Pre-Opening zu Königsdramen in Wiener Neustädter Kasematten

In den Wiener Neustädter Kasematten haben am Sonntagvormittag Anna Maria Krassnigg, künstlerische Leiterin der „wortwiege“, und Wissenschafts-Kurator Wolfgang Müller-Funk bei einem Pre-Opening das Schauspielprogramm des Projekts „Bloody Crown - Europa in Szene“ vorgestellt, das im März 2020 zur Aufführung gelangt. Auf dem Spielplan stehen Königsdramen von Friedrich Dürrenmatt und Olga Flor.

„Bloody Crown“ holt die alte dramatische Struktur vom Aufstieg und Fall der Herrschenden geballt zurück an seinen Ursprung: das Theater. „Die Möglichkeit, erneut für einen charismatischen Raum zu programmieren und so Zündstoff für einen europäischen Dialog zwischen Kunst und Wissenschaft zu entwickeln, ist eine wunderbare Herausforderung“, so Theatermacherin Krassnigg über das Folgeprojekt von Salon5 in Wien und am Thalhof Reichenau (2007-2017).
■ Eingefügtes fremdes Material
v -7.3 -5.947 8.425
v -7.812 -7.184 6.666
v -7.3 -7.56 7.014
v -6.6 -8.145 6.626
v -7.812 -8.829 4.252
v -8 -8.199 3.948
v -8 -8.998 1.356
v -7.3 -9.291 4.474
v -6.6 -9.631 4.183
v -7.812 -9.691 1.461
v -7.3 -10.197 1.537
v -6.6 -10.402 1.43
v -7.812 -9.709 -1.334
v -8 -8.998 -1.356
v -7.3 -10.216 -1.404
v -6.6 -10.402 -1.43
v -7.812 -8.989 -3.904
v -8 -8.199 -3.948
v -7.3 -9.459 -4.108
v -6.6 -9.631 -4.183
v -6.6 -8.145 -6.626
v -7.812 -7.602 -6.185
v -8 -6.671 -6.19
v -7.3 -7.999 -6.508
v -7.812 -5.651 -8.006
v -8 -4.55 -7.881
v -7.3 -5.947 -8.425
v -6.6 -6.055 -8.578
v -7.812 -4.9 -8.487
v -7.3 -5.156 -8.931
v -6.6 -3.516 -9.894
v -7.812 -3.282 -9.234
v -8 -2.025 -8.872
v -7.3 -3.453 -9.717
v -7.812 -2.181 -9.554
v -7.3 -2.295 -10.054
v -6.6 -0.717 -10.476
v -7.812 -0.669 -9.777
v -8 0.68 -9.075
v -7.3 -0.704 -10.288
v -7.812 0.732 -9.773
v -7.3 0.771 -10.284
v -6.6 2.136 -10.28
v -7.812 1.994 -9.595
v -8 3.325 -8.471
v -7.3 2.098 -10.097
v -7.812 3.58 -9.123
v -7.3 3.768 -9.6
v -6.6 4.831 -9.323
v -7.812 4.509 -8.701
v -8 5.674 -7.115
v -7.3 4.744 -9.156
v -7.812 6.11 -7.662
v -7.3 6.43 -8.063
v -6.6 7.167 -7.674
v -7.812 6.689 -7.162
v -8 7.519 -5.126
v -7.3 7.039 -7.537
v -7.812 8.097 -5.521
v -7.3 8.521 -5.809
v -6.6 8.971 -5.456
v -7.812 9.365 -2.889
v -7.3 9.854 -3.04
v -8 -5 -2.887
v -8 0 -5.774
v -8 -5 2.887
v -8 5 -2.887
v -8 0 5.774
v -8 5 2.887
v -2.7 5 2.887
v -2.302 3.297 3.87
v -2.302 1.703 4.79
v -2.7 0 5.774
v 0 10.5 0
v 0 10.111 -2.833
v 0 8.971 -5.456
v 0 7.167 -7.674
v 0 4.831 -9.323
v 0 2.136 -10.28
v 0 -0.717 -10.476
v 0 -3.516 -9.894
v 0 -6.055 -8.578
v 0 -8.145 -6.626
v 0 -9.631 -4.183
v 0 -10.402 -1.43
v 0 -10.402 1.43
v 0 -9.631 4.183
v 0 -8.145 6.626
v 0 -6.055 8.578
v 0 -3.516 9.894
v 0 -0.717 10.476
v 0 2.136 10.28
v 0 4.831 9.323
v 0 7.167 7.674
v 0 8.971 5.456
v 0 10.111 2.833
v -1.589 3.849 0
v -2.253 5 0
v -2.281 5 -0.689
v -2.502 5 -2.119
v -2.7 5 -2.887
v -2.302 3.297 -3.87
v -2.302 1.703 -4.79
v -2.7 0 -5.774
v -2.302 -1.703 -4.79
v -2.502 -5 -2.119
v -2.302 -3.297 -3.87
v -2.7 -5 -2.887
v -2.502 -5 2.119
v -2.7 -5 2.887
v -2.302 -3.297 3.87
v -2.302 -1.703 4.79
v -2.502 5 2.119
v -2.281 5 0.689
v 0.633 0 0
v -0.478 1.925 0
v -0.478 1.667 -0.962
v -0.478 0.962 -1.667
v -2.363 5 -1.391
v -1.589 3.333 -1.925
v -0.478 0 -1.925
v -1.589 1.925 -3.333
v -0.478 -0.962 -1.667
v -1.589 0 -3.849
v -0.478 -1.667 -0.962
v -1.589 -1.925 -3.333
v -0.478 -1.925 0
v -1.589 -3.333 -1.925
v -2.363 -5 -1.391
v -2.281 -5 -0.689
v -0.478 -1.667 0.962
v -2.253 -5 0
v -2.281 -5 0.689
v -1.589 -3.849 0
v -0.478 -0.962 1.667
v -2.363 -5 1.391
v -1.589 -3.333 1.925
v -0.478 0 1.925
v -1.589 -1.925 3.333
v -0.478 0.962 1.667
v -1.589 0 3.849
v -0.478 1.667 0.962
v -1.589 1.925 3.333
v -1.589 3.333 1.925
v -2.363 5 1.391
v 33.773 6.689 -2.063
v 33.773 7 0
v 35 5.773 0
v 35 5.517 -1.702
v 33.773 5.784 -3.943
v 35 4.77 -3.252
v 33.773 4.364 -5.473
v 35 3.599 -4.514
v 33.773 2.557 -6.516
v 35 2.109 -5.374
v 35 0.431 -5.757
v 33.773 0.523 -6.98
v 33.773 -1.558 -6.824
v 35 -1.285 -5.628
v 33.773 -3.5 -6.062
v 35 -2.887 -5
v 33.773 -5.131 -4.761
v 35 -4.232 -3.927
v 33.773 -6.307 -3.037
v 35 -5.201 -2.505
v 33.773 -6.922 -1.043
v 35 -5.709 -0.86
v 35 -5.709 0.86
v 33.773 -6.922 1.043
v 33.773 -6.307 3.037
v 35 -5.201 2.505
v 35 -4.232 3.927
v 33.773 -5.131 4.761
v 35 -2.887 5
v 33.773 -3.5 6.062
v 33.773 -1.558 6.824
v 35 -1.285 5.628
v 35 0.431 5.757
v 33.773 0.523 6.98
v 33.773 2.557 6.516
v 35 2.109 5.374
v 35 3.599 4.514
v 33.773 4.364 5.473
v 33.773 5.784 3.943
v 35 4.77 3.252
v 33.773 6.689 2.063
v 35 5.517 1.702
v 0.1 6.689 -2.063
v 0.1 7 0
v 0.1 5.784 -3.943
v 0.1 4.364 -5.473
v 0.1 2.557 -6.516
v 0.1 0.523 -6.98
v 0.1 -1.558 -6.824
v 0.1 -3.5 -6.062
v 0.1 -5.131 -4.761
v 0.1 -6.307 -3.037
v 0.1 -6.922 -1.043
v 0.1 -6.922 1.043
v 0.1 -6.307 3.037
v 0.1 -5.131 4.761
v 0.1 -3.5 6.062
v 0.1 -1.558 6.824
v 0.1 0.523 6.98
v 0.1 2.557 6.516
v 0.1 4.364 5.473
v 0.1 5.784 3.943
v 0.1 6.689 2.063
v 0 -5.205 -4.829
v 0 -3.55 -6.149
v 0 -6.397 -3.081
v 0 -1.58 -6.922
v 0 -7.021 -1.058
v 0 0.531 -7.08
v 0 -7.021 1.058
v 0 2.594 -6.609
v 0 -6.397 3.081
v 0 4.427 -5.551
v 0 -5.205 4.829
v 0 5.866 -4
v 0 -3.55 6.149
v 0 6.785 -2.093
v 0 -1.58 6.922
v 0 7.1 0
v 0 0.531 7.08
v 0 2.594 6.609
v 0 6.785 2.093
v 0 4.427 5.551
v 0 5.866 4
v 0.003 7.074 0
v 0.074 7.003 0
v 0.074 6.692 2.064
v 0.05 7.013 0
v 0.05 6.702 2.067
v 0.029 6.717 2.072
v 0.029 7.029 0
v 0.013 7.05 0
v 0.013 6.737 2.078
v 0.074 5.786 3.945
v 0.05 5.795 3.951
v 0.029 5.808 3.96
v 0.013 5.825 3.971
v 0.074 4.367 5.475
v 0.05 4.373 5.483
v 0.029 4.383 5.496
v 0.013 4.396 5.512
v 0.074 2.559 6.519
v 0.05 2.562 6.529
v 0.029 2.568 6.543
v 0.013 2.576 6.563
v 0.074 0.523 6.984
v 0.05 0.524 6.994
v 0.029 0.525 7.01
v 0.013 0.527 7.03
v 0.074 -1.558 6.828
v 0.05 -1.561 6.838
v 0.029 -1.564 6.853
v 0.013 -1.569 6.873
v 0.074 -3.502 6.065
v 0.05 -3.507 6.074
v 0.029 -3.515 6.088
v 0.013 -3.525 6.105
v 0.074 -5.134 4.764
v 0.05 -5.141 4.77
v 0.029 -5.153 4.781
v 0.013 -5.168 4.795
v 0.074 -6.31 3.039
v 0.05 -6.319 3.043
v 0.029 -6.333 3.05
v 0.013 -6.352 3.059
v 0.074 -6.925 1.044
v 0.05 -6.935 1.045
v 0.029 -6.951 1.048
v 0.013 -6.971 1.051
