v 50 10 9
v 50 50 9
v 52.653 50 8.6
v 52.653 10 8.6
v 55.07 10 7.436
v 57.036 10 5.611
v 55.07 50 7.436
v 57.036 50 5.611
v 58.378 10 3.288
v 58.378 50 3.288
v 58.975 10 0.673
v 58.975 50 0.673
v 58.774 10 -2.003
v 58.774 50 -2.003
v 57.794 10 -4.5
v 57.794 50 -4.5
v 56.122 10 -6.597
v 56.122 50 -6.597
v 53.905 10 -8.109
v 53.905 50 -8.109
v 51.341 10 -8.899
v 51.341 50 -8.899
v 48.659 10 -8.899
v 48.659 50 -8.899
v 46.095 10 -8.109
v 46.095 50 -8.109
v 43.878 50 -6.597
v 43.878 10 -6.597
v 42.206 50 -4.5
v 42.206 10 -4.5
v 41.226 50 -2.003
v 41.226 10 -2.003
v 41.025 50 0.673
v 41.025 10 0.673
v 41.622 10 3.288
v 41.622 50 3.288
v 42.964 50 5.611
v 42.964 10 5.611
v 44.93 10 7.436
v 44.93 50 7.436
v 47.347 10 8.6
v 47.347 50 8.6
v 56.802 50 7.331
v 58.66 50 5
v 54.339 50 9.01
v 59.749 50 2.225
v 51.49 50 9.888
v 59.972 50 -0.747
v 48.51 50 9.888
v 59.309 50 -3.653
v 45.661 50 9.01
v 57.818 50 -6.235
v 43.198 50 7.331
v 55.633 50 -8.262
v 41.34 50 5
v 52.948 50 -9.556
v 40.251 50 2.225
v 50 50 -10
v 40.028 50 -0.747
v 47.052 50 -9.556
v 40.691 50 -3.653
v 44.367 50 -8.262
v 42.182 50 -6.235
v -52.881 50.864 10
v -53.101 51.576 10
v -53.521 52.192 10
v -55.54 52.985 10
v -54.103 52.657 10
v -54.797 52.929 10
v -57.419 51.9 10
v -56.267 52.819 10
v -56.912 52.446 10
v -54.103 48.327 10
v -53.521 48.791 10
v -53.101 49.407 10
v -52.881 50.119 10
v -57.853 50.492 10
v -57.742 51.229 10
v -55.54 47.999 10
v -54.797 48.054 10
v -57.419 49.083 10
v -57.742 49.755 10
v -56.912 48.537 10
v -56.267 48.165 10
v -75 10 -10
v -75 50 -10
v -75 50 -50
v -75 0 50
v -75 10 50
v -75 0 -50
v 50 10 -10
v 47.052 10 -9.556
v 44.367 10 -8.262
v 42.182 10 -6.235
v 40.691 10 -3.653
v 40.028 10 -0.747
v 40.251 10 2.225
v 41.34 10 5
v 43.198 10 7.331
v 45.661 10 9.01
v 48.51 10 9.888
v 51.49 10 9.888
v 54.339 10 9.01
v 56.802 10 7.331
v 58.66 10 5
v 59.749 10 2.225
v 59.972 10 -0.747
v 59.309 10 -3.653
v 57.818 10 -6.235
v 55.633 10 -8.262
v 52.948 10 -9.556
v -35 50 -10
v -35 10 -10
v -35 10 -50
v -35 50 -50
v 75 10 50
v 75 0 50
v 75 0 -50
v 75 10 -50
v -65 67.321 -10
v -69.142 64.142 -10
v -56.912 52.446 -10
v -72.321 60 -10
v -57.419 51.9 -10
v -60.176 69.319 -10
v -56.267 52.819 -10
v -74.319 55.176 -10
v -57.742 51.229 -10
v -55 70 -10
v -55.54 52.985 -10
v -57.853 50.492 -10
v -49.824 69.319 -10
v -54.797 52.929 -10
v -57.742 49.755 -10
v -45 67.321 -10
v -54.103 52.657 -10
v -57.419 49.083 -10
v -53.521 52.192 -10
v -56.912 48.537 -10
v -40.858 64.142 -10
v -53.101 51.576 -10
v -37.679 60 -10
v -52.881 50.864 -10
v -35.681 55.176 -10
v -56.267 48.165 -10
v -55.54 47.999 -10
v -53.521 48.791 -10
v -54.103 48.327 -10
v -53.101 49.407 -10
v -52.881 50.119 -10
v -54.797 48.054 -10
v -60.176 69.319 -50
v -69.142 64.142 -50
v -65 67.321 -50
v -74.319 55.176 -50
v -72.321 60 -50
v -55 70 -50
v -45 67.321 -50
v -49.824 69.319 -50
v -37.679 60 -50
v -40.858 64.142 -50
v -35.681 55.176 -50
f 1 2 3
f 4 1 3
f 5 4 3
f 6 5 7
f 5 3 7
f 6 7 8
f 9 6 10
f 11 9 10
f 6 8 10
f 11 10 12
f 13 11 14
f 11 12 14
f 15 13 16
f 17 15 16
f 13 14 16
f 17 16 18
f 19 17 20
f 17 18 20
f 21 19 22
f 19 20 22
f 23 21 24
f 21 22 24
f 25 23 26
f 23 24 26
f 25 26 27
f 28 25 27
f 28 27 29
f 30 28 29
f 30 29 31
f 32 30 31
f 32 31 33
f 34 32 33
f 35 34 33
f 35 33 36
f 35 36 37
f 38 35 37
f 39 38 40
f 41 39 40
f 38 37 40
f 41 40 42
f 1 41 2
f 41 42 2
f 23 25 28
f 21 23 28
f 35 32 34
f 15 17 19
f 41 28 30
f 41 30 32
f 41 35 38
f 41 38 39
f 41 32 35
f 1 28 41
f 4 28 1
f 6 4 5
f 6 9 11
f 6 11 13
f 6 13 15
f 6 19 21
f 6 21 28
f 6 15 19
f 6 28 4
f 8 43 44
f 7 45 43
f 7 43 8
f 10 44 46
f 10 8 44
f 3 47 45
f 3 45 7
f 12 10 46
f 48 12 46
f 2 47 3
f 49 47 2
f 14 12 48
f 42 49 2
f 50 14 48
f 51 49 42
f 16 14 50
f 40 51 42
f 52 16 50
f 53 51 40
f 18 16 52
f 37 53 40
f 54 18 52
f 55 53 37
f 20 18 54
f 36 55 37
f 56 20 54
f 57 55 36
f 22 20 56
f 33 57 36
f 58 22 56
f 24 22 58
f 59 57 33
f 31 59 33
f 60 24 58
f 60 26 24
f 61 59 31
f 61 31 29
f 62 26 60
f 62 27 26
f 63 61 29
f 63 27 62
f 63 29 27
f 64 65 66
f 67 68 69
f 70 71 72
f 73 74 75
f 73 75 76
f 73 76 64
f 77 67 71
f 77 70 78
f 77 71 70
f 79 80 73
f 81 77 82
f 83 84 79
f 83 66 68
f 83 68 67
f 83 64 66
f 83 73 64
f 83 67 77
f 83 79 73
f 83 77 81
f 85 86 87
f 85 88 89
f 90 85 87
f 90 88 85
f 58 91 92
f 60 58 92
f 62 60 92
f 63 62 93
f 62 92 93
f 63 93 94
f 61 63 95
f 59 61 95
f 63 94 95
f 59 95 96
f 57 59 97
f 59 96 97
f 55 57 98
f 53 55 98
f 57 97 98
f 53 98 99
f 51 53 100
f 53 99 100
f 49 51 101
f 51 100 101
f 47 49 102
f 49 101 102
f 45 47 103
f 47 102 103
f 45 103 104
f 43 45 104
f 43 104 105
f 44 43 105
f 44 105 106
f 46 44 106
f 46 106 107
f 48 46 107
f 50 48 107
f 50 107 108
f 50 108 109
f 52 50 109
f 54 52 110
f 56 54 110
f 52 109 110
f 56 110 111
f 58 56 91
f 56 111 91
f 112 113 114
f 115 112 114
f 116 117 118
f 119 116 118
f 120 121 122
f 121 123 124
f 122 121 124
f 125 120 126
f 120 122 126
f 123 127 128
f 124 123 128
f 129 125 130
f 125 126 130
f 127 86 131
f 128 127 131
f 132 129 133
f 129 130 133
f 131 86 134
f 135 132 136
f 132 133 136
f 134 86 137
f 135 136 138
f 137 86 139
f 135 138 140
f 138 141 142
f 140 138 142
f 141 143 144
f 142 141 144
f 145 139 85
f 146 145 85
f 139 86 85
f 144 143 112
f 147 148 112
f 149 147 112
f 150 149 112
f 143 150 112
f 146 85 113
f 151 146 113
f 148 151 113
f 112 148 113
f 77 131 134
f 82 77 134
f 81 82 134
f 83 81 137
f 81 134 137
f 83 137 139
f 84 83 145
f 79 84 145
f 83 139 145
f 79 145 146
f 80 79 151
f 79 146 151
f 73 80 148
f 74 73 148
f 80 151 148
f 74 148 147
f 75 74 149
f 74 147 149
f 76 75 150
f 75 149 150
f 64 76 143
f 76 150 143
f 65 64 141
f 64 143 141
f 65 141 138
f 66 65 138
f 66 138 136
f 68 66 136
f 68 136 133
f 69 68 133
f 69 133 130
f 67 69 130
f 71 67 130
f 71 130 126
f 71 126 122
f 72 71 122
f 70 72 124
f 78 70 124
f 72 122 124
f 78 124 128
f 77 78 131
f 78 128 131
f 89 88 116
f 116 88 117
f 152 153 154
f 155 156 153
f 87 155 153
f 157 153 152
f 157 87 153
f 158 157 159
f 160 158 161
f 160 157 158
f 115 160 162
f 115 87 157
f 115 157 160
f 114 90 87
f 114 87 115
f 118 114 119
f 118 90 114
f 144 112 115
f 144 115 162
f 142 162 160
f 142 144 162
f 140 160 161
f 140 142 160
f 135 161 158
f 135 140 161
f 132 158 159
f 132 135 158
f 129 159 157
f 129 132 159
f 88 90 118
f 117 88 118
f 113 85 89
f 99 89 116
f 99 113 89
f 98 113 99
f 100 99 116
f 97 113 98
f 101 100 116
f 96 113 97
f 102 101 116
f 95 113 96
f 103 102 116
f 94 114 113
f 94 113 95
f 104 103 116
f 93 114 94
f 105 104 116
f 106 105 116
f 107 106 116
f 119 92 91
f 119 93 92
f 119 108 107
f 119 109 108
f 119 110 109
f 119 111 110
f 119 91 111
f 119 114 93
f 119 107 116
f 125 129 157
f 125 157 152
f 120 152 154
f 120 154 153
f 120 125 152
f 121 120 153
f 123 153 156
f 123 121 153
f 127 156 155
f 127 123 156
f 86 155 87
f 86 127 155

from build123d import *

# Parameters (mm, degrees)
SKETCH1_W           = 150
SKETCH1_H           = 100
BOSS_EXTRUDE1_DEPTH = 10
SKETCH2_R           = 10
BOSS_EXTRUDE2_DEPTH = 40
SKETCH3_R           = 9
CUT_EXTRUDE2_DEPTH  = 40
SKETCH4_W           = 40
SKETCH4_H           = 40
BOSS_EXTRUDE3_DEPTH = 60
CUT_EXTRUDE3_DEPTH  = 50
CUT_EXTRUDE4_DEPTH  = 50
SKETCH8_R           = 2.5
BOSS_EXTRUDE5_DEPTH = 20


with BuildPart() as part:
    # Sketch1 → Boss-Extrude1 (new body)
    with BuildSketch(Plane(origin=(0, 0, 0), x_dir=(1, 0, 0), z_dir=(0, 1, 0))):
        Rectangle(SKETCH1_W, SKETCH1_H)
    extrude(amount=BOSS_EXTRUDE1_DEPTH)

    # Sketch2 → Boss-Extrude2 (add)
    with BuildSketch(Plane(origin=(0, 10, 0), x_dir=(1, 0, 0), z_dir=(0, 1, 0))):
        with Locations(Location((50, 0, 0), (0, 0, 90))):
            Circle(SKETCH2_R)
    extrude(amount=BOSS_EXTRUDE2_DEPTH)

    # Sketch3 → Cut-Extrude2 (cut)
    with BuildSketch(Plane(origin=(0, 50, 0), x_dir=(1, 0, 0), z_dir=(0, 1, 0))):
        with Locations(Location((50, 0, 0), (0, 0, 270))):
            Circle(SKETCH3_R)
    extrude(amount=-CUT_EXTRUDE2_DEPTH, mode=Mode.SUBTRACT)

    # Sketch4 → Boss-Extrude3 (add)
    with BuildSketch(Plane(origin=(0, 10, 0), x_dir=(1, 0, 0), z_dir=(0, 1, 0))):
        with Locations((-55, 30)):
            Rectangle(SKETCH4_W, SKETCH4_H)
    extrude(amount=BOSS_EXTRUDE3_DEPTH)

    # Sketch6 → Cut-Extrude3 (cut)
    with BuildSketch(Plane.XY.offset(-10)):
        with BuildLine():
            Line((-75, 50), (-75, 70))
            Line((-75, 70), (-55, 70))
            ThreePointArc((-55, 70), (-69.142135624, 64.142135624), (-75, 50))
        make_face()
    extrude(amount=-CUT_EXTRUDE3_DEPTH, mode=Mode.SUBTRACT)

    # Sketch7 → Cut-Extrude4 (cut)
    with BuildSketch(Plane.XY.offset(-10)):
        with BuildLine():
            Line((-55, 70), (-35, 70))
            Line((-35, 70), (-35, 50))
            ThreePointArc((-35, 50), (-40.857864376, 64.142135624), (-55, 70))
        make_face()
    extrude(amount=-CUT_EXTRUDE4_DEPTH, mode=Mode.SUBTRACT)

    # Sketch8 → Boss-Extrude5 (add)
    with BuildSketch(Plane.XY.offset(-10)):
        with Locations(Location((-55.353289102, 50.491778343, 0), (0, 0, 180))):
            Circle(SKETCH8_R)
    extrude(amount=BOSS_EXTRUDE5_DEPTH)


solid = part.part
Müller-Funk betreut die begleitenden Dialogveranstaltungen, bei denen als Gäste u.a. Slobodan Snajder, Monika Meister und Franz Schuh vorgesehen sind. „Während das internationale Theaterprojekt ‚Bloody Crown‘ die Macht des Theatralischen vorführt, wird im literarisch-wissenschaftlichen Bereich die Anatomie königlicher Macht aus verschiedenen Perspektiven beleuchtet. Die Bandbreite reicht von Theater und Literaturwissenschaft über Geschichte und Kulturanalyse bis zu Ethnologie und Psychoanalyse“, betonte Müller-Funk.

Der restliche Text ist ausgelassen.